I will officially be launching this programme, with the intent of sharing any interesting findings in the course of conducting clinical diagnosis on patient samples. In essence, once you see the title, it simply will give you an impression of something interesting is coming on board. The pictures shared under the 'results and findings' will all be original pictures of the parasite or whatever microscopic organism or substance seen.
It will be a meaningful read with the one specific objective in mind; making you understand in the simplest of terms, the basic thing about the subject of discourse and how it can either be managed or prevented. With the above specific objective in mind, all the post will run with the following subheadings (introduction and principle, materials and methodology, results and clinical significance / conclusion).
Doing the above will help streamline our discussion and make it straight to the point. Without further adieu, let's begin with our discussion for today.
Introduction
Shistosoma species are parasites that mostly infest humans by piercing and penetrating the skin. They are mainly of five species: Shistosoma haematobium, Shistosoma mekongi, Shistosoma mansoni, Shistosoma intercalatum and Shistosoma japonicum. The infectious and active form of the parasite is the cercariae. They are motile and swim in water and upon contact with human skin, they pierce and penetrate. You might wonder how they do this.
Life cycle of Shistosoma species
First thing you need to understand is that, this parasite are attracted to human skin through the heat, water and electric current when in water. On finding suitable host (humans), they penetrate the skin by secreting proteolytic enzymes (enzymes with the ability of degrading proteins) and they do this penetration with ease.
As they find their way into the body circulation, they in the process lose their tail and form what is Known as the shistosomulae. This is then carried to the liver for maturation into the adult form. Depending on the specie and its predilection site, some move to the rectum or the urinary bladder.

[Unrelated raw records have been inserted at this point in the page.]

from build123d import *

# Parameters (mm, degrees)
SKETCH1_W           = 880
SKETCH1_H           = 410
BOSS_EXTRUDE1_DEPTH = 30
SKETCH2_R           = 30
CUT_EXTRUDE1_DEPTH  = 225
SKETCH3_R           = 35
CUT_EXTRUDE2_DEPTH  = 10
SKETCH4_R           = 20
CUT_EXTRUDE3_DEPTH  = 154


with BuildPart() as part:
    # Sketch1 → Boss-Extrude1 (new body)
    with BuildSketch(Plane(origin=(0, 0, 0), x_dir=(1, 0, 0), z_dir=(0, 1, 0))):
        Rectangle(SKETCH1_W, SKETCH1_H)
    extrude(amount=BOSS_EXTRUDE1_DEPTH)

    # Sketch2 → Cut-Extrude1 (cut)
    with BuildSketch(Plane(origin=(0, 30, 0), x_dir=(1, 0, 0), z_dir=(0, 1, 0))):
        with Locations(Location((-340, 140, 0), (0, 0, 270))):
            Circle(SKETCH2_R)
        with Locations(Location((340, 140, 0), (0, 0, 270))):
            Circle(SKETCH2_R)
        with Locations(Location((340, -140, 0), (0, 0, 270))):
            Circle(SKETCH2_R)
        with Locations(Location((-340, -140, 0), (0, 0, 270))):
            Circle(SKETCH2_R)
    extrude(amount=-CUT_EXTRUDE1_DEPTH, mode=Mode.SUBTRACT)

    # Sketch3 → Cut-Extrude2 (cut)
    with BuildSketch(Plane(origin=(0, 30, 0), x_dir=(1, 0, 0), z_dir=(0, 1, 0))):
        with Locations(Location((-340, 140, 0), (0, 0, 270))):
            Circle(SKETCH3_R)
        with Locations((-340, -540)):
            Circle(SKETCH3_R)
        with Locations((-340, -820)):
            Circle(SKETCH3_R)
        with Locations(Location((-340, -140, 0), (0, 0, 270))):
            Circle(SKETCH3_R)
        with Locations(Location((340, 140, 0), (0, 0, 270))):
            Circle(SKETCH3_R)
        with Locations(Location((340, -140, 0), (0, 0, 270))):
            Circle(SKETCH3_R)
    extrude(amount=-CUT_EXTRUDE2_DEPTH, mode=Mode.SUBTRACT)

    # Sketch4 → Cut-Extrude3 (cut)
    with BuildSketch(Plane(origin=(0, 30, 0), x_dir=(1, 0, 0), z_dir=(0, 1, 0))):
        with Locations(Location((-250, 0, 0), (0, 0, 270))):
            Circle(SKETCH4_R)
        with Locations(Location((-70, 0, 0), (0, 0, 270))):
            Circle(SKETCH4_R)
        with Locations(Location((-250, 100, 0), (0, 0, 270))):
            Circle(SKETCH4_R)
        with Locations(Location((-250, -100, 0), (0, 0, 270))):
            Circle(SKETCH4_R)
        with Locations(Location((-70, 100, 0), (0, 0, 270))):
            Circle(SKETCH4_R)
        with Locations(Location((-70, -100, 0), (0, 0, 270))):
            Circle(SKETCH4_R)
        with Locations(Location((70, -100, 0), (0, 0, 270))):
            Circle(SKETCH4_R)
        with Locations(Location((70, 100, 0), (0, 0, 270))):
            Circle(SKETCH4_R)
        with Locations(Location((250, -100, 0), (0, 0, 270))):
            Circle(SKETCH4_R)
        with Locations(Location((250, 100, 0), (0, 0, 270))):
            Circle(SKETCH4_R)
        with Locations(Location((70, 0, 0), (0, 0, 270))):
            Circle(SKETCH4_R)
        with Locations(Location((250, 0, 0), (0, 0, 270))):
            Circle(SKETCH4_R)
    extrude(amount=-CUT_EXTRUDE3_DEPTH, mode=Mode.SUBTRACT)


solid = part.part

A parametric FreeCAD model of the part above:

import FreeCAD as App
import Part
import Sketcher

V = App.Vector


def add_polygon(sketch, points):
    """Adds a closed chain of lines whose ends are joined by coincident constraints."""
    first, n = sketch.GeometryCount, len(points)
    for a, b in zip(points, points[1:] + points[:1]):
        sketch.addGeometry(Part.LineSegment(App.Vector(*a, 0), App.Vector(*b, 0)), False)
    for i in range(n):
        sketch.addConstraint(Sketcher.Constraint("Coincident", first + i, 2, first + (i + 1) % n, 1))

doc = App.newDocument("Part")
body = doc.addObject("PartDesign::Body", "Body")

# Sketch on XZ plane
sketch1 = body.newObject("Sketcher::SketchObject", "Sketch")
sketch1.AttachmentSupport = (doc.getObject("XZ_Plane"), [""])
sketch1.MapMode = "FlatFace"
add_polygon(sketch1, [(-440, -205), (-440, 205), (440, 205), (440, -205)])  # lines 0-3
sketch1.addConstraint([
    Sketcher.Constraint("Vertical", 0),
    Sketcher.Constraint("Horizontal", 1),
    Sketcher.Constraint("Vertical", 2),
    Sketcher.Constraint("Horizontal", 3),
    Sketcher.Constraint("Symmetric", 0, 2, 2, 2, -1, 1),
    Sketcher.Constraint("DistanceX", 1, 1, 1, 2, 880.0),
    Sketcher.Constraint("DistanceY", 0, 1, 0, 2, 410.0),
])
pad1 = body.newObject("PartDesign::Pad", "Pad")
pad1.Profile = sketch1
pad1.Length = 30
pad1.Reversed = True

# Sketch on XZ plane
sketch2 = body.newObject("Sketcher::SketchObject", "Sketch001")
sketch2.AttachmentSupport = (doc.getObject("XZ_Plane"), [""])
sketch2.MapMode = "FlatFace"
sketch2.AttachmentOffset = App.Placement(V(0, 0, -30), App.Rotation())
sketch2.addGeometry([
    Part.Circle(V(-340, -140, 0), V(0, 0, 1), 30),
    Part.Circle(V(340, -140, 0), V(0, 0, 1), 30),
    Part.Circle(V(340, 140, 0), V(0, 0, 1), 30),
    Part.Circle(V(-340, 140, 0), V(0, 0, 1), 30),
], False)
sketch2.addConstraint([
    Sketcher.Constraint("Equal", 0, 1),
    Sketcher.Constraint("Equal", 1, 2),
    Sketcher.Constraint("Equal", 2, 3),
    Sketcher.Constraint("Symmetric", 0, 3, 2, 3, -1, 1),
    Sketcher.Constraint("Symmetric", 1, 3, 3, 3, -1, 1),
    Sketcher.Constraint("Symmetric", 0, 3, 1, 3, -2),
    Sketcher.Constraint("Diameter", 0, 60.0),
    Sketcher.Constraint("DistanceX", 0, 3, -1, 1, 340.0),
    Sketcher.Constraint("DistanceY", 0, 3, -1, 1, 140.0),
])
pocket1 = body.newObject("PartDesign::Pocket", "Pocket")
pocket1.Profile = sketch2
pocket1.Length = 225
pocket1.Reversed = True

# Sketch on XZ plane
sketch3 = body.newObject("Sketcher::SketchObject", "Sketch002")
sketch3.AttachmentSupport = (doc.getObject("XZ_Plane"), [""])
sketch3.MapMode = "FlatFace"
sketch3.AttachmentOffset = App.Placement(V(0, 0, -30), App.Rotation())
sketch3.addGeometry([
    Part.Circle(V(-340, -140, 0), V(0, 0, 1), 35),  # 0
    Part.Circle(V(-340, 540, 0), V(0, 0, 1), 35),  # 1
    Part.Circle(V(-340, 820, 0), V(0, 0, 1), 35),  # 2
    Part.Circle(V(-340, 140, 0), V(0, 0, 1), 35),  # 3
    Part.Circle(V(340, -140, 0), V(0, 0, 1), 35),  # 4
    Part.Circle(V(340, 140, 0), V(0, 0, 1), 35),  # 5
], False)
sketch3.addConstraint([
    Sketcher.Constraint("Equal", 0, 1),
    Sketcher.Constraint("Equal", 1, 2),
    Sketcher.Constraint("Equal", 2, 3),
    Sketcher.Constraint("Equal", 3, 4),
    Sketcher.Constraint("Equal", 4, 5),
    Sketcher.Constraint("Symmetric", 3, 3, 4, 3, -1, 1),
    Sketcher.Constraint("Symmetric", 0, 3, 5, 3, -1, 1),
    Sketcher.Constraint("Symmetric", 0, 3, 4, 3, -2),
    Sketcher.Constraint("Vertical", 0, 3, 1, 3),
    Sketcher.Constraint("Vertical", 1, 3, 2, 3),
    Sketcher.Constraint("Diameter", 0, 70.0),
    Sketcher.Constraint("DistanceX", 0, 3, -1, 1, 340.0),
    Sketcher.Constraint("DistanceY", 0, 3, -1, 1, 140.0),
    Sketcher.Constraint("DistanceY", -1, 1, 1, 3, 540.0),
    Sketcher.Constraint("DistanceY", -1, 1, 2, 3, 820.0),
])
pocket2 = body.newObject("PartDesign::Pocket", "Pocket001")
pocket2.Profile = sketch3
pocket2.Length = 10
pocket2.Reversed = True

# Sketch on XZ plane
sketch4 = body.newObject("Sketcher::SketchObject", "Sketch003")
sketch4.AttachmentSupport = (doc.getObject("XZ_Plane"), [""])
sketch4.MapMode = "FlatFace"
sketch4.AttachmentOffset = App.Placement(V(0, 0, -30), App.Rotation())
sketch4.addGeometry([
    Part.Circle(V(-250, 0, 0), V(0, 0, 1), 20),  # 0
    Part.Circle(V(-70, 0, 0), V(0, 0, 1), 20),  # 1
    Part.Circle(V(-250, -100, 0), V(0, 0, 1), 20),  # 2
    Part.Circle(V(-250, 100, 0), V(0, 0, 1), 20),  # 3
    Part.Circle(V(-70, -100, 0), V(0, 0, 1), 20),  # 4
    Part.Circle(V(-70, 100, 0), V(0, 0, 1), 20),  # 5
    Part.Circle(V(70, 100, 0), V(0, 0, 1), 20),  # 6
    Part.Circle(V(70, -100, 0), V(0, 0, 1), 20),  # 7
    Part.Circle(V(250, 100, 0), V(0, 0, 1), 20),  # 8
    Part.Circle(V(250, -100, 0), V(0, 0, 1), 20),  # 9
    Part.Circle(V(70, 0, 0), V(0, 0, 1), 20),  # 10
    Part.Circle(V(250, 0, 0), V(0, 0, 1), 20),  # 11
], False)
sketch4.addConstraint([
    Sketcher.Constraint("Equal", 0, 1),
    Sketcher.Constraint("Equal", 1, 2),
    Sketcher.Constraint("Equal", 2, 3),
    Sketcher.Constraint("Equal", 3, 4),
    Sketcher.Constraint("Equal", 4, 5),
    Sketcher.Constraint("Equal", 5, 6),
    Sketcher.Constraint("Equal", 6, 7),
    Sketcher.Constraint("Equal", 7, 8),
    Sketcher.Constraint("Equal", 8, 9),
    Sketcher.Constraint("Equal", 9, 10),
    Sketcher.Constraint("Equal", 10, 11),
    Sketcher.Constraint("Symmetric", 4, 3, 6, 3, -1, 1),
    Sketcher.Constraint("Symmetric", 5, 3, 7, 3, -1, 1),
    Sketcher.Constraint("Symmetric", 2, 3, 8, 3, -1, 1),
    Sketcher.Constraint("Symmetric", 3, 3, 9, 3, -1, 1),
    Sketcher.Constraint("Symmetric", 1, 3, 10, 3, -1, 1),
    Sketcher.Constraint("Symmetric", 0, 3, 11, 3, -1, 1),
    Sketcher.Constraint("Symmetric", 5, 3, 6, 3, -2),
    Sketcher.Constraint("Symmetric", 3, 3, 8, 3, -2),
    Sketcher.Constraint("PointOnObject", 0, 3, -1),
    Sketcher.Constraint("PointOnObject", 1, 3, -1),
    Sketcher.Constraint("Horizontal", 2, 3, 4, 3),
    Sketcher.Constraint("Vertical", 0, 3, 2, 3),
    Sketcher.Constraint("Vertical", 1, 3, 4, 3),
    Sketcher.Constraint("Diameter", 0, 40.0),
    Sketcher.Constraint("DistanceX", 0, 3, -1, 1, 250.0),
    Sketcher.Constraint("DistanceX", 1, 3, -1, 1, 70.0),
    Sketcher.Constraint("DistanceY", 2, 3, -1, 1, 100.0),
])
pocket3 = body.newObject("PartDesign::Pocket", "Pocket002")
pocket3.Profile = sketch4
pocket3.Length = 154
pocket3.Reversed = True

doc.recompute()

Those found in the bladder are the Shistosoma haematobium. They thrive in the bladder and damage the bladder in the process leading to severe bleeding and blood in the urine. Since they live in the bladder, they also release their eggs in the process and infected patients, when they urinate, pass out this eggs into the environment.
The adult species found in the rectum (Shistosoma mansoni, Shistosoma mekongi, Shistosoma japonicum) release their eggs into the stool and when patient pass out their stools, these eggs are also passed out in the process. These eggs, when they find their way inside water bodies, they hatch and release their larvae (Miracidium) which is motile. Some even hatch while still inside the host body.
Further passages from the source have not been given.